A stang is a 5-6 ft branch with a “Y” at the end. It is most often a ceremonial symbol or centerpiece, symbolizing the magic of “3” or the trinity, such as Mother, Maiden, Crone; Air, Earth, Seal; Body, Mind and Spirit; God, Goddess, Spirit; etc… When used I ritual it is usually placed in the North. Practicing Druids place the Stang in the center. When used they are usually decorated specifically for the rite or ritual.
A similar pole is erected in the center of a Voodoo rite called Ponteau Mitan, dedicated to Damballah.
Another form of a wand is the Caduceus, or the Wand of Hermes. The caduceus is the legendary herald’s wand of the Greek God Hermes (Roman, Mercury). This symbol, a winged staff entwined by twin serpents, is nearly universal, found in Egypt, Mesopotamia, and India, where it is always a symbol of harmony and balance. To the people of Sumer over 4000 years ago, this was the emblem of life, the symbol is said to have power of wealth, prosperity, happiness and dreams, allowing the person carrying the rod of the double serpents to touch the magic of the heavens. In Egypt this was carried by Isis and Anubis. In Greece, this was displayed over healing temples, representing the strength and wisdom of Hermes. In Hindu symbolism the Caduceus is represents the double helix or DNA.
In it’s earliest form, the caduceus appears as a forked rod, the prongs knotted or crossed to form a loop. It was used not only to represent the duality of the Divine, but for the ability of the human to reach the Gods and for the Gods to reach the humans by travelling up and down the world axis. As time went by the rod was entwined with two serpents, heads facing each other as a symbol to settle arguments. The wings are symbolic of flying messengers, like Hermes and Mercury. To alchemists, the caduceus is still considered the sign of the planet and element Mercury and means, “that which poisons can also heal”. Today this symbol has been adopted by the medical field and can be seen on ambulances, in doctor’s offices and hospitals.

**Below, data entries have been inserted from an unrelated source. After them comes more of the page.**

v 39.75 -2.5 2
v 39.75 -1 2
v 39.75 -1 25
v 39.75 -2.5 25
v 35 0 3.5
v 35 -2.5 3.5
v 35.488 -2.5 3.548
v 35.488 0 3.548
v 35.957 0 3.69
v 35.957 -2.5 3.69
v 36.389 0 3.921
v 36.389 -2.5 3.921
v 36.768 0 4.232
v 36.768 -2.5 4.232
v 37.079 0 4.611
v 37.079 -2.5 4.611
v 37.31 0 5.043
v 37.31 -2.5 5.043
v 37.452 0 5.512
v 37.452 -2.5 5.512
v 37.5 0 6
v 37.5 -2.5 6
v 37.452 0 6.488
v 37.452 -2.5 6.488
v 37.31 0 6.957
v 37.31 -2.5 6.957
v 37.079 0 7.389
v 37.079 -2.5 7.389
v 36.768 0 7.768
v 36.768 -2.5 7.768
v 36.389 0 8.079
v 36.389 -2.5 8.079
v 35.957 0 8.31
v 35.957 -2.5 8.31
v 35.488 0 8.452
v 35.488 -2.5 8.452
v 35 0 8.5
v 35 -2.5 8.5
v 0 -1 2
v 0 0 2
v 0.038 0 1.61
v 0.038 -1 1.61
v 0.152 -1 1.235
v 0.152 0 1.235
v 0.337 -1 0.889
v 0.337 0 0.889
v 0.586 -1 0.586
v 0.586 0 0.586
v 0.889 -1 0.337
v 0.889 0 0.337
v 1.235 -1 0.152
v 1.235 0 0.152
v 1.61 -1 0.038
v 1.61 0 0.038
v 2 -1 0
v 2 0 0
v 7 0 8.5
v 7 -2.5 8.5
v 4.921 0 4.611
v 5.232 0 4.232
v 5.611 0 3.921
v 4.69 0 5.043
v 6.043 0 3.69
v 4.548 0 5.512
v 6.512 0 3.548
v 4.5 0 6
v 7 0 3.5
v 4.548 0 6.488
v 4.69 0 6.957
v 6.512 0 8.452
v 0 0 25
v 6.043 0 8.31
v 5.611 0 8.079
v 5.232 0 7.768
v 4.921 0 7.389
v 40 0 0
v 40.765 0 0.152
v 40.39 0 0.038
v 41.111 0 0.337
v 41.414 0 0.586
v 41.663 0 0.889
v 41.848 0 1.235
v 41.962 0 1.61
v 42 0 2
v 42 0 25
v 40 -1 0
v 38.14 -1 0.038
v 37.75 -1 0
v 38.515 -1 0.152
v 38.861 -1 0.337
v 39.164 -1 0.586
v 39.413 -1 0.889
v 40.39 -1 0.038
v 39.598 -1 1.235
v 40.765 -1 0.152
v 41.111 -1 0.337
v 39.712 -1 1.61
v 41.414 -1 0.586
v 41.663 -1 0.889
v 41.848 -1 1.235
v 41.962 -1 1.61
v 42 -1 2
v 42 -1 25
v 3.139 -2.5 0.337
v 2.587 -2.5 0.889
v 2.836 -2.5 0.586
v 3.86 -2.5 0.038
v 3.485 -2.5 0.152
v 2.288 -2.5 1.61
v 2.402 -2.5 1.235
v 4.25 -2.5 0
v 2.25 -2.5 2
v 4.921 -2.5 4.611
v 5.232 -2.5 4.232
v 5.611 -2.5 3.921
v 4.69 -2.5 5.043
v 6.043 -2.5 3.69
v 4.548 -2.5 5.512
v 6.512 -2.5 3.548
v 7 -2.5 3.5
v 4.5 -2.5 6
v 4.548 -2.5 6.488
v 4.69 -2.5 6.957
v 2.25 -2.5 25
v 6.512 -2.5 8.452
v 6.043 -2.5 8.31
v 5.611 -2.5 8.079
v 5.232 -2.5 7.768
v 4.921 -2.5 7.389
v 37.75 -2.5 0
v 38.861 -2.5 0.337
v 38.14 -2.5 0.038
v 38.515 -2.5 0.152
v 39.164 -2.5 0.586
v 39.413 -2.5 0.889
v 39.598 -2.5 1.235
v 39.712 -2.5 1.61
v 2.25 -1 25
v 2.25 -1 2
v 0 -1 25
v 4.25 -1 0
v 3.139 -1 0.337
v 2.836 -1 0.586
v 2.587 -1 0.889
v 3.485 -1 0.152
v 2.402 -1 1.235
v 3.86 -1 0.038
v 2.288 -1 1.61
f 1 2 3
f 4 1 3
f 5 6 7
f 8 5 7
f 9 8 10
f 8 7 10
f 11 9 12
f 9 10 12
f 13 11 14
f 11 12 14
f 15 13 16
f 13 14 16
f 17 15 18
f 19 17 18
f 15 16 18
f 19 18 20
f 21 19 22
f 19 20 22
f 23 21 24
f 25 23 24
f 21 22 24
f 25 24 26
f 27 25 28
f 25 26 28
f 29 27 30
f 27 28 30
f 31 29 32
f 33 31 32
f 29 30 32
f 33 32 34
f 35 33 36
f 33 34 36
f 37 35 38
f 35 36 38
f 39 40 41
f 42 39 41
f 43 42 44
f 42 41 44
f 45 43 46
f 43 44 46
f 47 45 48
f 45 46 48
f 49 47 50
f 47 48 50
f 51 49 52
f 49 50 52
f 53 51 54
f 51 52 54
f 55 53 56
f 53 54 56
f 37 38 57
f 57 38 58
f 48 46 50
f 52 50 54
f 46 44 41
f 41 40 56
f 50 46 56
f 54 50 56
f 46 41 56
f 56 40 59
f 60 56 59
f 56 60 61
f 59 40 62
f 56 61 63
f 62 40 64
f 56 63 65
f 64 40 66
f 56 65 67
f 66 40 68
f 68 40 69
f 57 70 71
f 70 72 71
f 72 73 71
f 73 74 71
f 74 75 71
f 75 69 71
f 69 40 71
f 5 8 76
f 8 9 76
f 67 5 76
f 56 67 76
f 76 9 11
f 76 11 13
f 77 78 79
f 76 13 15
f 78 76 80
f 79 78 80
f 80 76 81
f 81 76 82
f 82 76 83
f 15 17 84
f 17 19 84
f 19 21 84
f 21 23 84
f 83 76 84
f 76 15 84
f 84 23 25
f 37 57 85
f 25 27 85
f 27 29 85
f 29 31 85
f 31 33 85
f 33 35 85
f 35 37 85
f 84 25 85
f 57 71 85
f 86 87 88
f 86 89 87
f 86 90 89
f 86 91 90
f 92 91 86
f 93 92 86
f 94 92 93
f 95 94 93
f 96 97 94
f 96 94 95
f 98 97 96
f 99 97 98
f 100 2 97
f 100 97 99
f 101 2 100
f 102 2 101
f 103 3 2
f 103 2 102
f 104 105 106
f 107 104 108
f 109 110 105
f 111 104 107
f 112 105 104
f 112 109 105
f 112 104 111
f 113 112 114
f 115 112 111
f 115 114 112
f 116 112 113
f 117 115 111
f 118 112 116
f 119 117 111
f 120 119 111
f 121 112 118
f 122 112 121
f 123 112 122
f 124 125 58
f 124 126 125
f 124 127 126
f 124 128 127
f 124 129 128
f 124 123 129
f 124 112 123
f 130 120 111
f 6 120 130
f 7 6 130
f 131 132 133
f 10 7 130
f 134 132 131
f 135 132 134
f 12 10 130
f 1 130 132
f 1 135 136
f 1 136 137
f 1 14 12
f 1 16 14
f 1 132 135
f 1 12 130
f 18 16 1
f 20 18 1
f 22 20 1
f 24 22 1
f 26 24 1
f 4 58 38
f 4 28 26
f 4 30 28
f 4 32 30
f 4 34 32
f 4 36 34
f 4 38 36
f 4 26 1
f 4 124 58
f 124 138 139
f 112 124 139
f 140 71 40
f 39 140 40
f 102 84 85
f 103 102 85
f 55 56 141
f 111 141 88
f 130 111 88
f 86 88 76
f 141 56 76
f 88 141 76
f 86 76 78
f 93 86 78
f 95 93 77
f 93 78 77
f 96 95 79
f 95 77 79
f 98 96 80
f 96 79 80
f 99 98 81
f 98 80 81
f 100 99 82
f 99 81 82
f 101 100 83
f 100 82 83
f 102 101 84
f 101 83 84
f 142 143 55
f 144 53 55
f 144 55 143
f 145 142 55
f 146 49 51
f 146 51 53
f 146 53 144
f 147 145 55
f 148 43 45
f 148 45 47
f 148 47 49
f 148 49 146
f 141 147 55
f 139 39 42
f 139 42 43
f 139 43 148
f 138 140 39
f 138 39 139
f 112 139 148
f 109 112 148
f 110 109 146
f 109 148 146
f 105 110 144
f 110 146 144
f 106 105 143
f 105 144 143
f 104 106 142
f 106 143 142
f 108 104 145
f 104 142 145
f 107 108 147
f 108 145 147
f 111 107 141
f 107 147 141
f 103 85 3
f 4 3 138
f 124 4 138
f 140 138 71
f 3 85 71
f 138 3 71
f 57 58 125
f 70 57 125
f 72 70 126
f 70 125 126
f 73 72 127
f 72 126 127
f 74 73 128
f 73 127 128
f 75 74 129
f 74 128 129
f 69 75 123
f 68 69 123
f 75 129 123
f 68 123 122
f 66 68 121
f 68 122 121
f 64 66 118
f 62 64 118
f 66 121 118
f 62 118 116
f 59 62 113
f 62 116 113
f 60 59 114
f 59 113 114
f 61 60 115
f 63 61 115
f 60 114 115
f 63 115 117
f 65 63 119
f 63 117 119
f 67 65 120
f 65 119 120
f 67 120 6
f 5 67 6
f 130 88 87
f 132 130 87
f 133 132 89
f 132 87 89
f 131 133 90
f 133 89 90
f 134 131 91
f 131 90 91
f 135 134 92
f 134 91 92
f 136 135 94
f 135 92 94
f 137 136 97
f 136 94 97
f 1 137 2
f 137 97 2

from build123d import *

# Parameters (mm, degrees)
F1_DEPTH = 1
F3_DEPTH = 1.5
F5_DEPTH = 2.5


with BuildPart() as f1:
    # F0 (on Front) → F1 (new body)
    with BuildSketch(Plane.XZ):
        with BuildLine():
            ThreePointArc((0, 2), (0.5857864376, 0.5857864376), (2, 0))
            Line((2, 0), (40, 0))
            ThreePointArc((40, 0), (41.4142135624, 0.5857864376), (42, 2))
            Line((42, 2), (42, 25))
            Line((42, 25), (0, 25))
            Line((0, 25), (0, 2))
        make_face()
    extrude(amount=F1_DEPTH)

    # F2 (on face) → F3 (join)
    with BuildSketch(Plane.XZ.offset(1)):
        with BuildLine():
            Line((39.75, 25), (2.25, 25))
            Line((2.25, 25), (2.25, 2))
            ThreePointArc((2.25, 2), (2.8357864376, 0.5857864376), (4.25, 0))
            Line((4.25, 0), (37.75, 0))
            ThreePointArc((37.75, 0), (39.1642135624, 0.5857864376), (39.75, 2))
            Line((39.75, 2), (39.75, 25))
        make_face()
    extrude(amount=F3_DEPTH)

    # F4 (on face) → F5 (cut, through all)
    with BuildSketch(Plane.XZ.offset(2.5)):
        with BuildLine():
            Line((35, 8.5), (7, 8.5))
            ThreePointArc((7, 8.5), (4.5, 6), (7, 3.5))
            Line((7, 3.5), (35, 3.5))
            ThreePointArc((35, 3.5), (37.5, 6), (35, 8.5))
        make_face()
    extrude(amount=-F5_DEPTH, mode=Mode.SUBTRACT)


solid = f1.part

In Conclusion, the wand is a tool that has been used through the ages, in many cultures, in various forms, shapes and sizes. But in essence the wand is still simply an extension of the witch, a tool historically and ancestrally linked to the path most of us follow today. There is no magic wand that has the instant fix many are looking for. There is no Fairy God Mother with a “bibity, bobity, boo” going to fix everything for us. But knowing how to use the wand to direct energy and intent is an important lesson for the witch of today. Knowing the metaphysical qualities of the woods, metals, crystals, gems and other materials used in today’s wands only helps us to more focus our intentions and spin magic. Wands and it’s cousins are also a connection to the Tree of Life, the origins of existence. They are the rawness of Goddess, nature, and the elements available for a witch’s working, to make a direct magical current between her and Goddess.